### Work instruction:
Output only the lines below from the one containing "f 109 102 104" to the one containing "f 156 155 158", exactly as written, both ends kept.

═══ Study material ═══

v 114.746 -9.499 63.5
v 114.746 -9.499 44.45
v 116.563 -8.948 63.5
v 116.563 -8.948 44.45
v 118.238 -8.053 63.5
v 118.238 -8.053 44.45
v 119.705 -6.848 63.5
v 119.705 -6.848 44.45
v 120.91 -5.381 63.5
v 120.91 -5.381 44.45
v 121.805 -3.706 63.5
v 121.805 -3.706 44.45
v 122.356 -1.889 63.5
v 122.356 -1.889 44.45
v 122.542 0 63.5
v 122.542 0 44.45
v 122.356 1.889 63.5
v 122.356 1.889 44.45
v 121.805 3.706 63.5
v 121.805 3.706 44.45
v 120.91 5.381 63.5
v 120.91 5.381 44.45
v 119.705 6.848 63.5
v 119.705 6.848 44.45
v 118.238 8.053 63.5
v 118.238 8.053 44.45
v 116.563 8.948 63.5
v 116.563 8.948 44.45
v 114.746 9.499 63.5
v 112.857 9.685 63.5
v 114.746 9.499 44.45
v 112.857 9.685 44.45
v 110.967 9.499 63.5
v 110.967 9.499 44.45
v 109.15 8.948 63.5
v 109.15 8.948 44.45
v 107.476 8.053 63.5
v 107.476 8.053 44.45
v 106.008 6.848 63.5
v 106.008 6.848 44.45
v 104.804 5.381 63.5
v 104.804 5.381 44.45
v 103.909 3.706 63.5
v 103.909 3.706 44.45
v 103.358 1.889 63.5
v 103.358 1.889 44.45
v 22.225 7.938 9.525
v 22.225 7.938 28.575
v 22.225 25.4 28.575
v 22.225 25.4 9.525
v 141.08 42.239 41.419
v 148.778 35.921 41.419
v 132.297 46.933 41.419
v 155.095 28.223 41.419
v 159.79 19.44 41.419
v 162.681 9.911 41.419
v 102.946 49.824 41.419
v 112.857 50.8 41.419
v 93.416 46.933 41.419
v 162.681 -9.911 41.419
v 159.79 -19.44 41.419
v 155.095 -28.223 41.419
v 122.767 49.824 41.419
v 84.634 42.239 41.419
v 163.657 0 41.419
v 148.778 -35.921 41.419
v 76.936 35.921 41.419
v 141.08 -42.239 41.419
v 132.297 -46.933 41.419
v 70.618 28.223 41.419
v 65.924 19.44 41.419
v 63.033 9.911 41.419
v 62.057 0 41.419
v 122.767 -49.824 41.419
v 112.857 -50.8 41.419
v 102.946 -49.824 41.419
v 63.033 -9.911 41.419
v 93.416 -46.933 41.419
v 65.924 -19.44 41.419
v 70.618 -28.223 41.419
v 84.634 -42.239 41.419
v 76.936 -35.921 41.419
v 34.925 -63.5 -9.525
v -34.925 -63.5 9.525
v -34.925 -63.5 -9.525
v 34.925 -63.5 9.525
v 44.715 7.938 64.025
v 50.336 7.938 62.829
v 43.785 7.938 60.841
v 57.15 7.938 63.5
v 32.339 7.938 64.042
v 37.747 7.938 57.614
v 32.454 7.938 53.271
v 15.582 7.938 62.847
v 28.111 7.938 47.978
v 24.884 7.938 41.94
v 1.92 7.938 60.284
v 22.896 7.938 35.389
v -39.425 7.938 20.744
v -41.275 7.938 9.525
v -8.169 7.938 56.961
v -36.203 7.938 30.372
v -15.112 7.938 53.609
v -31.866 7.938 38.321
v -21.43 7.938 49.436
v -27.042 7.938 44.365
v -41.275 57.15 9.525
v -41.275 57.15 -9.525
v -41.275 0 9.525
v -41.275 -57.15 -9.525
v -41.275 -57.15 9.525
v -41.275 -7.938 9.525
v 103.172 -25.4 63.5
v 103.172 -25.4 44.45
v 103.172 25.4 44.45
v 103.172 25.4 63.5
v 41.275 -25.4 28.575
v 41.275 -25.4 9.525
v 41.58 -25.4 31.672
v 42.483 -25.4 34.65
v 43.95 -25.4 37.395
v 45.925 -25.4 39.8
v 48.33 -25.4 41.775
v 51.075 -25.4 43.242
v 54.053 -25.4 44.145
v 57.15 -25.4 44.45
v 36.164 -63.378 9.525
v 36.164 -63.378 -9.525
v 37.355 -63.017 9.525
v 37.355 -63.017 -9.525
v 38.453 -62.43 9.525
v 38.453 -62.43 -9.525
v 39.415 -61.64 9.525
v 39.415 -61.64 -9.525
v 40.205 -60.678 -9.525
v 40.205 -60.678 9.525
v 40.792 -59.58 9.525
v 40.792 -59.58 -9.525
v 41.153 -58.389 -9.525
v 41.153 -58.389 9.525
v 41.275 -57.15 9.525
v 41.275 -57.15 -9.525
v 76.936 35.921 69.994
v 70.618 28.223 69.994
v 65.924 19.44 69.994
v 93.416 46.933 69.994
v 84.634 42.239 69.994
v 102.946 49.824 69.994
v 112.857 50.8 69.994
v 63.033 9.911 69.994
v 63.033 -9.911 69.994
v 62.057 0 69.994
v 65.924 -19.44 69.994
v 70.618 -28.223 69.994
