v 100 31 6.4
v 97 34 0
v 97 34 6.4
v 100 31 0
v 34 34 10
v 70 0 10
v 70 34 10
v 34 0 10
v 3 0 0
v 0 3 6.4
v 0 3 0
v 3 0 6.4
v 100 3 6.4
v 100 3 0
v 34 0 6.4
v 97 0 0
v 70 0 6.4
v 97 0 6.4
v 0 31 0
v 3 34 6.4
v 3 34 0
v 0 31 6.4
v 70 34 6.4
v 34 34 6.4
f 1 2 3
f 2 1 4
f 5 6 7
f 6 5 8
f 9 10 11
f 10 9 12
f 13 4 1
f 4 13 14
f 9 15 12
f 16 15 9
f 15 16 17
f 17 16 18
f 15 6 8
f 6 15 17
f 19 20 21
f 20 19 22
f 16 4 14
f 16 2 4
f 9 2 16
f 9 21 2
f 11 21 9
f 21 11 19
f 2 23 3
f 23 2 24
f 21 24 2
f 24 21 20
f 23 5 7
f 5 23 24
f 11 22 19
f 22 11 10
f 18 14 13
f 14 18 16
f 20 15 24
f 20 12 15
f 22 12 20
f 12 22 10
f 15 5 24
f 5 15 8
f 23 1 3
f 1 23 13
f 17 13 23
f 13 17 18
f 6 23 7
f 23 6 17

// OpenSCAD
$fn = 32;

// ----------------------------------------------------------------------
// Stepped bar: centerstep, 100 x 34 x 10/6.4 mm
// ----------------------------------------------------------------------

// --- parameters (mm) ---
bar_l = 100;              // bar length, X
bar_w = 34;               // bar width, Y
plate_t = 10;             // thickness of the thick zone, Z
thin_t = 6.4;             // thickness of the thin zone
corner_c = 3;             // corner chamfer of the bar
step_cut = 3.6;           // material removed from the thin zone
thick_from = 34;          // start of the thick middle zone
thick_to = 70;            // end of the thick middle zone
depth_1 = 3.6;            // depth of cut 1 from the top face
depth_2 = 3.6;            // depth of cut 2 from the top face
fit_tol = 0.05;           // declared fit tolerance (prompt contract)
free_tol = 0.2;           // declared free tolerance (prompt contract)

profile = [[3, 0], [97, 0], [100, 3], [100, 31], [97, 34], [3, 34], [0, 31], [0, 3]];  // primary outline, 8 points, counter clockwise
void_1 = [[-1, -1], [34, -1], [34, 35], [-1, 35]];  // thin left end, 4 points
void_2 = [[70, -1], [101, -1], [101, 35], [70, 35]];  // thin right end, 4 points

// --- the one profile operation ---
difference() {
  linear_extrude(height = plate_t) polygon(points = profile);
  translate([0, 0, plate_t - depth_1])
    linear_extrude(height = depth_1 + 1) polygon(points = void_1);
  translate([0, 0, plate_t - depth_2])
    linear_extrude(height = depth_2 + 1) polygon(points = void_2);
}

═══
═══ Study material ═══

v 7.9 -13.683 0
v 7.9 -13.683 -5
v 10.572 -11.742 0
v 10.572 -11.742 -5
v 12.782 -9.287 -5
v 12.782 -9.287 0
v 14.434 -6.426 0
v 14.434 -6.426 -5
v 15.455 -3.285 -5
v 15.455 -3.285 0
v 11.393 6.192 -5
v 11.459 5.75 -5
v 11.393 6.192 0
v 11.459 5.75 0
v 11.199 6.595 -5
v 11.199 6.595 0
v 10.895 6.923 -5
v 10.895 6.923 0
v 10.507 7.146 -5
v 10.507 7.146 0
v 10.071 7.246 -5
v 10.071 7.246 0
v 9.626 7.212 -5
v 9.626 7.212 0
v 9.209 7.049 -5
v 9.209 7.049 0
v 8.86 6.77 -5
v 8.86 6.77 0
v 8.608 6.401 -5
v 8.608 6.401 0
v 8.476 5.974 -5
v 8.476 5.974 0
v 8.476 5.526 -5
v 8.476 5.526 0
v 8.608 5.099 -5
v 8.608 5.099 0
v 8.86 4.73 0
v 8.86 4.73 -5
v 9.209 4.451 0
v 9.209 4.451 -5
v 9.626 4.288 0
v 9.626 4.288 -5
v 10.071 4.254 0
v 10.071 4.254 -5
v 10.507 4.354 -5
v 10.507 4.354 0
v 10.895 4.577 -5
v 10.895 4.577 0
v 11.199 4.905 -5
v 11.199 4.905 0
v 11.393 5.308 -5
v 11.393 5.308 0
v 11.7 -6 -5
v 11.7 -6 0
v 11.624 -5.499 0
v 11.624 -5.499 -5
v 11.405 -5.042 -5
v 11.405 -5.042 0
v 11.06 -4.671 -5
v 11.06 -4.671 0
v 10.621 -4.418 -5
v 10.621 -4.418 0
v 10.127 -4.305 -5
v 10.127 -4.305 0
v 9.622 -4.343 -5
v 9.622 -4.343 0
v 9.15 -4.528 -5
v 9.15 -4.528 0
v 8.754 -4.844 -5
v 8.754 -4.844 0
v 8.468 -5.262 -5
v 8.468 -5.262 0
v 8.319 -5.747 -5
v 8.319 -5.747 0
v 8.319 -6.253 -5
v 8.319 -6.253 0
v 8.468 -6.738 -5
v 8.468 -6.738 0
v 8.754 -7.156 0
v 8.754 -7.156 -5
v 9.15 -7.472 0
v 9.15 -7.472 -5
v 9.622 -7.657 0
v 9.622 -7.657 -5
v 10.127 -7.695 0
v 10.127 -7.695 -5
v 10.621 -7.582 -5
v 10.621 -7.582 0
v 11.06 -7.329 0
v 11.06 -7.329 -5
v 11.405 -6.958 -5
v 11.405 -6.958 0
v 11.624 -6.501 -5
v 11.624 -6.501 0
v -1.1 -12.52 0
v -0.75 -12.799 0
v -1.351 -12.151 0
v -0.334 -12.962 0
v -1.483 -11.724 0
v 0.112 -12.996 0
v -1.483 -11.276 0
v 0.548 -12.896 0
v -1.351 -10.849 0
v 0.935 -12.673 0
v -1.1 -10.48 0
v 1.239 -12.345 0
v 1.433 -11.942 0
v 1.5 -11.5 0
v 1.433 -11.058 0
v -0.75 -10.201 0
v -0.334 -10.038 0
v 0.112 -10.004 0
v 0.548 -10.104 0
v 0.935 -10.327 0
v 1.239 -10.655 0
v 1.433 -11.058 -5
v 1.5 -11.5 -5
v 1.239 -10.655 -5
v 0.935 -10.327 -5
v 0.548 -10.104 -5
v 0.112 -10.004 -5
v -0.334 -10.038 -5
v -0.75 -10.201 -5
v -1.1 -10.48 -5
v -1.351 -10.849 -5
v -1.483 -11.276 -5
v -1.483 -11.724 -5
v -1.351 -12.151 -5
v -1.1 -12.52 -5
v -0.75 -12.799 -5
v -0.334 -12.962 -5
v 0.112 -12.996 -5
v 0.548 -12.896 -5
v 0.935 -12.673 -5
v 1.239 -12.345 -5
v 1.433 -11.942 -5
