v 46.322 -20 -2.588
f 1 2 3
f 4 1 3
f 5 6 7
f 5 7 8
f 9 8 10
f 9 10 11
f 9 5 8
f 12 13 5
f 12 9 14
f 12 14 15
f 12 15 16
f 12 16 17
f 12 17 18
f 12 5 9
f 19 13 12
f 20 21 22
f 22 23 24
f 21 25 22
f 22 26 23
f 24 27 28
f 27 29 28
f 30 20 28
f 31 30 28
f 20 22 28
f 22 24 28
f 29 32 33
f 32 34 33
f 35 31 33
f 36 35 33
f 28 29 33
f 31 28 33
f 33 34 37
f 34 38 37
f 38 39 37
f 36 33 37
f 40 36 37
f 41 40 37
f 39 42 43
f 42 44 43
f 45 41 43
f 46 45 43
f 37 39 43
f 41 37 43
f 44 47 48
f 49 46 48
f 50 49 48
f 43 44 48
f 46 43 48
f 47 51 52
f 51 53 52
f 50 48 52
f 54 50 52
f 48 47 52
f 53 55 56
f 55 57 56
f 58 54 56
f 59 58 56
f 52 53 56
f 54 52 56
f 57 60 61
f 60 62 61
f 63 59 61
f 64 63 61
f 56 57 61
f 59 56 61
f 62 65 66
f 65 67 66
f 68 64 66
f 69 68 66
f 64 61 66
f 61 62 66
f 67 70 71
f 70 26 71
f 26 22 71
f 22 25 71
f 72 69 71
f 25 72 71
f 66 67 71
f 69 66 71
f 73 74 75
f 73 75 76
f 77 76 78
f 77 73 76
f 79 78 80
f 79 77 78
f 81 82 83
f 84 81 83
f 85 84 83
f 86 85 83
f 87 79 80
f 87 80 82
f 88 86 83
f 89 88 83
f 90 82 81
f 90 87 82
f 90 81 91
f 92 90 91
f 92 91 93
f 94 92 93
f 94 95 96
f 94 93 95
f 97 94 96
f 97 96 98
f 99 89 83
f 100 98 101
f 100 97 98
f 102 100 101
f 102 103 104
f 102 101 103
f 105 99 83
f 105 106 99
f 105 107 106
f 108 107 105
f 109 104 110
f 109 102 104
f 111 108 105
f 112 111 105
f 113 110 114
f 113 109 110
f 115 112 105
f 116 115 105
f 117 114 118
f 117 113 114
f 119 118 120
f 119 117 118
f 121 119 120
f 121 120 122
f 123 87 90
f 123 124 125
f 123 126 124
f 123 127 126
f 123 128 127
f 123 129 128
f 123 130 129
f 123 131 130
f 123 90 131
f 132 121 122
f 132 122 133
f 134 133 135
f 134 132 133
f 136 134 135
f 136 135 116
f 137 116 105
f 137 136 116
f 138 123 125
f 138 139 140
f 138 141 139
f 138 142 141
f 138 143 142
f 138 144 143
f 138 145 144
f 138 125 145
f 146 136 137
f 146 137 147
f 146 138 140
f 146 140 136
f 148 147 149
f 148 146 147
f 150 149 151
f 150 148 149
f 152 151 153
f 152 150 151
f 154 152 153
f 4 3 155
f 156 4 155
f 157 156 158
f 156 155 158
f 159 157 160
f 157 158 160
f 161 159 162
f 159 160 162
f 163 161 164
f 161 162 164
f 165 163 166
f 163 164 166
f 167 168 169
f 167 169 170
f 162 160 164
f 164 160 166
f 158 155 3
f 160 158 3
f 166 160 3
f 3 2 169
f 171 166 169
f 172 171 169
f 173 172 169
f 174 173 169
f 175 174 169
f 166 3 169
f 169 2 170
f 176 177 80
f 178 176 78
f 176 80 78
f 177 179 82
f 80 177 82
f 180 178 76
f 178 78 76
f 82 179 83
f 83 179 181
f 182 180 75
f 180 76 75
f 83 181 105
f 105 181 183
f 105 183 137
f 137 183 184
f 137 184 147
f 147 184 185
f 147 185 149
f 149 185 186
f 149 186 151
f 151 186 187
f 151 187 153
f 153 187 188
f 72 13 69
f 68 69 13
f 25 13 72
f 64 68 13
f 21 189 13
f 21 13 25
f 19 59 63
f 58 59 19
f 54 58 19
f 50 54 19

═══
═══ Study material ═══

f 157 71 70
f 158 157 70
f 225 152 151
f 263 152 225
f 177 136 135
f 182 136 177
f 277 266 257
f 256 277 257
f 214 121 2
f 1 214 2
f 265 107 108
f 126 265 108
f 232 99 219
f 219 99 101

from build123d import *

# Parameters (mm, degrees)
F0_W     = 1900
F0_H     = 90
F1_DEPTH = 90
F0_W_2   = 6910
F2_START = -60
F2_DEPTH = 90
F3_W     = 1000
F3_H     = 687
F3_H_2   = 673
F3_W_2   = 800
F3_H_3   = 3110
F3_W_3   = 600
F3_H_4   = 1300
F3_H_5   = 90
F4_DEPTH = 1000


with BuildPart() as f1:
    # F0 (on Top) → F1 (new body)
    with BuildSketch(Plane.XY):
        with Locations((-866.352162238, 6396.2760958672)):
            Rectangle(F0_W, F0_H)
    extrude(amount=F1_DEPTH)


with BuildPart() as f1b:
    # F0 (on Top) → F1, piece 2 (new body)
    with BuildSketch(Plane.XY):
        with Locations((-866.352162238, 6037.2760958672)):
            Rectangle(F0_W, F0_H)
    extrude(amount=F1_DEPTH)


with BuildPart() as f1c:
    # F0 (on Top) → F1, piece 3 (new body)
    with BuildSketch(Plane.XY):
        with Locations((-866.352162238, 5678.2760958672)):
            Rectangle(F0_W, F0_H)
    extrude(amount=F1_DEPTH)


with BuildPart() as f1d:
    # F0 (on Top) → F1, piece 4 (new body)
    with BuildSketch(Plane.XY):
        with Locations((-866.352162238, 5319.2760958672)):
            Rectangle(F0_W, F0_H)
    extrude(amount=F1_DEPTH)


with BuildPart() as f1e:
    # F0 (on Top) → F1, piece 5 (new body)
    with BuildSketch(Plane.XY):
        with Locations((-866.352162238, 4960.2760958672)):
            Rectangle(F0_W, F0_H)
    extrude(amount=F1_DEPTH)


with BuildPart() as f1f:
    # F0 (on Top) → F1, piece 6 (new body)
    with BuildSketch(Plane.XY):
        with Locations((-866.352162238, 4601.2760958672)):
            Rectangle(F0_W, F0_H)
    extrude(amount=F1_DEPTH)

═══

### Task result:
f 109 102 104
f 111 108 105
f 112 111 105
f 113 110 114
f 113 109 110
f 115 112 105
f 116 115 105
f 117 114 118
f 117 113 114
f 119 118 120
f 119 117 118
f 121 119 120
f 121 120 122
f 123 87 90
f 123 124 125
f 123 126 124
f 123 127 126
f 123 128 127
f 123 129 128
f 123 130 129
f 123 131 130
f 123 90 131
f 132 121 122
f 132 122 133
f 134 133 135
f 134 132 133
f 136 134 135
f 136 135 116
f 137 116 105
f 137 136 116
f 138 123 125
f 138 139 140
f 138 141 139
f 138 142 141
f 138 143 142
f 138 144 143
f 138 145 144
f 138 125 145
f 146 136 137
f 146 137 147
f 146 138 140
f 146 140 136
f 148 147 149
f 148 146 147
f 150 149 151
f 150 148 149
f 152 151 153
f 152 150 151
f 154 152 153
f 4 3 155
f 156 4 155
f 157 156 158
f 156 155 158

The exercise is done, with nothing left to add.